Moreover, the water stop members 2a and 2b are provided on the connecting surfaces of the segments 3, and the segments 3 are connected to each other via the water stop members 2a and 2b in the circumferential direction and the longitudinal direction. Thus, since the water stop members 2a and 2b are disposed on the circumferential surfaces and the longitudinal direction of the segment 3, the water stop members 2a and 2b are compressed when prestress is applied, respectively. Aqueous property can be secured.

Also, since the assembly work of the segment 3 can be performed using the mount 21 that moves on the segment 3, the work is easy. Further, the work scaffold at the tip of the gantry 21 is expanded and contracted, so that the work on the end face in the width direction of the segment 3 is easy.

Moreover, the recessed part 13 is formed in the opposing part of the width direction end surfaces of the segment 3, and after connecting the predetermined number of ring-shaped structures 10 adjacent to a longitudinal direction, the recessed part 13 is filled with the filler 23 from the outside, By solidifying, the shift between the ring-shaped structures 10 can be prevented.

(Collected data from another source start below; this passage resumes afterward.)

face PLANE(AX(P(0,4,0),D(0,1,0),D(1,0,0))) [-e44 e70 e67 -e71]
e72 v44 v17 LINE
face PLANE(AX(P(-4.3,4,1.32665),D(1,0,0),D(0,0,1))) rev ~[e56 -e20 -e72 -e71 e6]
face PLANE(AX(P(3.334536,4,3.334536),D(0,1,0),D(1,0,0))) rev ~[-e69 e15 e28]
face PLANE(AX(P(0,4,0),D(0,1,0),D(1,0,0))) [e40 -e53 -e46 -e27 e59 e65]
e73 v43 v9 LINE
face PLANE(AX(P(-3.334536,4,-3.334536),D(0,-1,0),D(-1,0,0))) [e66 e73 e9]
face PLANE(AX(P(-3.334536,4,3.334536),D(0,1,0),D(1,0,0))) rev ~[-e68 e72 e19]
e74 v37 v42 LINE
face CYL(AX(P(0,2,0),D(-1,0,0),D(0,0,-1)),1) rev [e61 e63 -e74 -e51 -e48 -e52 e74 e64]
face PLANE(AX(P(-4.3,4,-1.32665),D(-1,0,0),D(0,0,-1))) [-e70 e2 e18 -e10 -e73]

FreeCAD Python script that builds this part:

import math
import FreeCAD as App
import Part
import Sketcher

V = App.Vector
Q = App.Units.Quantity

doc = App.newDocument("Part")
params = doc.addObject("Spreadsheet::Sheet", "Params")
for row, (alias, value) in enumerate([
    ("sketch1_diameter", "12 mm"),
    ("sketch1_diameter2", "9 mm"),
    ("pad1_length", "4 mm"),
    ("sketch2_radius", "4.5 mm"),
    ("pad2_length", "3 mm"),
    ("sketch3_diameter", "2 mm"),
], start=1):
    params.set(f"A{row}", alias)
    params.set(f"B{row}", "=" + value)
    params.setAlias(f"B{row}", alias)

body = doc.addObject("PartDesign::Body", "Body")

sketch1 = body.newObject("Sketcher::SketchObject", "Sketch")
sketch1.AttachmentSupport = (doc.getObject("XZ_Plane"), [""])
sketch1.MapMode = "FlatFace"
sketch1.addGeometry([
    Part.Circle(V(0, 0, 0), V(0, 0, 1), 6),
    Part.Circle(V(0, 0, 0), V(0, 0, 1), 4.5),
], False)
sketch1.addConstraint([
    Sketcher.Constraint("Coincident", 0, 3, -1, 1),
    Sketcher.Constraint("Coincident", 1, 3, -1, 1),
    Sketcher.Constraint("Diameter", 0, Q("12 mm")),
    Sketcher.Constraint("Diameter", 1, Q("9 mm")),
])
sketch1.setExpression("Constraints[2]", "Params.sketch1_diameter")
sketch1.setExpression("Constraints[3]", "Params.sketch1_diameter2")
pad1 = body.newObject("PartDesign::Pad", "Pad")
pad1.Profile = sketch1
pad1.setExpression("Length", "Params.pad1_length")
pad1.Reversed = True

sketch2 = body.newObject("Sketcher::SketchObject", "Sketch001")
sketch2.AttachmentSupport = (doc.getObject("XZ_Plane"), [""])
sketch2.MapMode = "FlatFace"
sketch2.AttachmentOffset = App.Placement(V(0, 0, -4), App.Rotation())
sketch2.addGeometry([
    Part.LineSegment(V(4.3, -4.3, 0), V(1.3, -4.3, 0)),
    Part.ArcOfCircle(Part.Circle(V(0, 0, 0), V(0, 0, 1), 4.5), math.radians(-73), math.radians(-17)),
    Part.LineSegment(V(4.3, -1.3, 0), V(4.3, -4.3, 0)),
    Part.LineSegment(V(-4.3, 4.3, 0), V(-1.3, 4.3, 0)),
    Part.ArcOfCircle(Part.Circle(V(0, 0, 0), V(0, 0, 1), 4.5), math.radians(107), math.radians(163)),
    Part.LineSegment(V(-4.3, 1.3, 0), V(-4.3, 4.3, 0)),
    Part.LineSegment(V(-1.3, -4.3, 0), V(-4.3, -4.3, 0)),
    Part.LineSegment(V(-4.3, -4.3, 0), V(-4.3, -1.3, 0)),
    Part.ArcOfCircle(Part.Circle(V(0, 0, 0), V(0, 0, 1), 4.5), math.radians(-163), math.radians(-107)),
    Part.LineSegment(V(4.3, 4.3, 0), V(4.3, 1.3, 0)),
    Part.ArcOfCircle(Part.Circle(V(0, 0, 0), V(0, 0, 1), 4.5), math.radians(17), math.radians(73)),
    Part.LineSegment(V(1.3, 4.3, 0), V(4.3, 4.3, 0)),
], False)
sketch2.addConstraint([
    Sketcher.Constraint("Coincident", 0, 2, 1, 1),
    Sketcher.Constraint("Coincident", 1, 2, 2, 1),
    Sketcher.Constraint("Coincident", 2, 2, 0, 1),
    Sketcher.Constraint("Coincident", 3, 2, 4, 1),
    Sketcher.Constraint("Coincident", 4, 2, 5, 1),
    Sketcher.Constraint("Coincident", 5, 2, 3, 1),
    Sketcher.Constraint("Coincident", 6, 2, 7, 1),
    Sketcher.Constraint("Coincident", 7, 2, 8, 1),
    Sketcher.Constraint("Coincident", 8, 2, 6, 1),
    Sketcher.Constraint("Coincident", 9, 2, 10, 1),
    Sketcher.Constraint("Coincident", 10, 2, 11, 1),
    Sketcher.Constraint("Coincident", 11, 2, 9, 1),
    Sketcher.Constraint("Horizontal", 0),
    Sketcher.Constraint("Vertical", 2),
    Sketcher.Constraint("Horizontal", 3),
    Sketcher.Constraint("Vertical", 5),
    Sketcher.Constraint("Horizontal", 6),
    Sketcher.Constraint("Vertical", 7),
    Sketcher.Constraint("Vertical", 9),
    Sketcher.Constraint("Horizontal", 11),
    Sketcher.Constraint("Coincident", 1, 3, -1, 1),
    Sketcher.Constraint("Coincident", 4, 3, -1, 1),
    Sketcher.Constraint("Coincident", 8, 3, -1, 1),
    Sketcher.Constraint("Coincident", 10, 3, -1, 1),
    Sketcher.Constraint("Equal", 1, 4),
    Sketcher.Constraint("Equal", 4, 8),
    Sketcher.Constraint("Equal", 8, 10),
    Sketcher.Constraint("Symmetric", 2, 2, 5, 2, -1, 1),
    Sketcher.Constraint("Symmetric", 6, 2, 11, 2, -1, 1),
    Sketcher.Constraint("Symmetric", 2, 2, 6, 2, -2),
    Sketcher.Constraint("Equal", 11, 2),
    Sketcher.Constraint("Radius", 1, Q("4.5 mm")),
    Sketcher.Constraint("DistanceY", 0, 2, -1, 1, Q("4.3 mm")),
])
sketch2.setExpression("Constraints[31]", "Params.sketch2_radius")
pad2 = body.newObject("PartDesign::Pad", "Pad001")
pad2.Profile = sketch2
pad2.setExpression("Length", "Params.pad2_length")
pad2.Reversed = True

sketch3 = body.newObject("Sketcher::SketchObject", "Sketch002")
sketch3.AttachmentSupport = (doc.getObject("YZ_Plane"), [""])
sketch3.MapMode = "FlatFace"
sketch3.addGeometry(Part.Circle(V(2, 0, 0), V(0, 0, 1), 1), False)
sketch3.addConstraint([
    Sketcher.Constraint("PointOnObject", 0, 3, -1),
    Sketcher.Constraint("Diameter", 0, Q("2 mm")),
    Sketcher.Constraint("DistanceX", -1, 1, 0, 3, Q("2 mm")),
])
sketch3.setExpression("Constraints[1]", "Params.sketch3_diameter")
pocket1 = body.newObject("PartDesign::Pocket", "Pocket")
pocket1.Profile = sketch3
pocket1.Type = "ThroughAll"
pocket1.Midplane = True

Moreover, when the ring-shaped structure 10 is divided into four in the circumferential direction, the lengths of the bottom segments 4a and the top segments 4c are different from each other with respect to the ring-shaped structures 10 adjacent in the longitudinal direction. The positions of the connecting portions in the circumferential direction between the segments 3 can be shifted.

Note that the ring-shaped structure 10 is not limited to four divisions, and may be divided into a plurality of divisions. Moreover, the number of connections in the longitudinal direction of the ring-shaped structure 10 is not limited to the illustrated example.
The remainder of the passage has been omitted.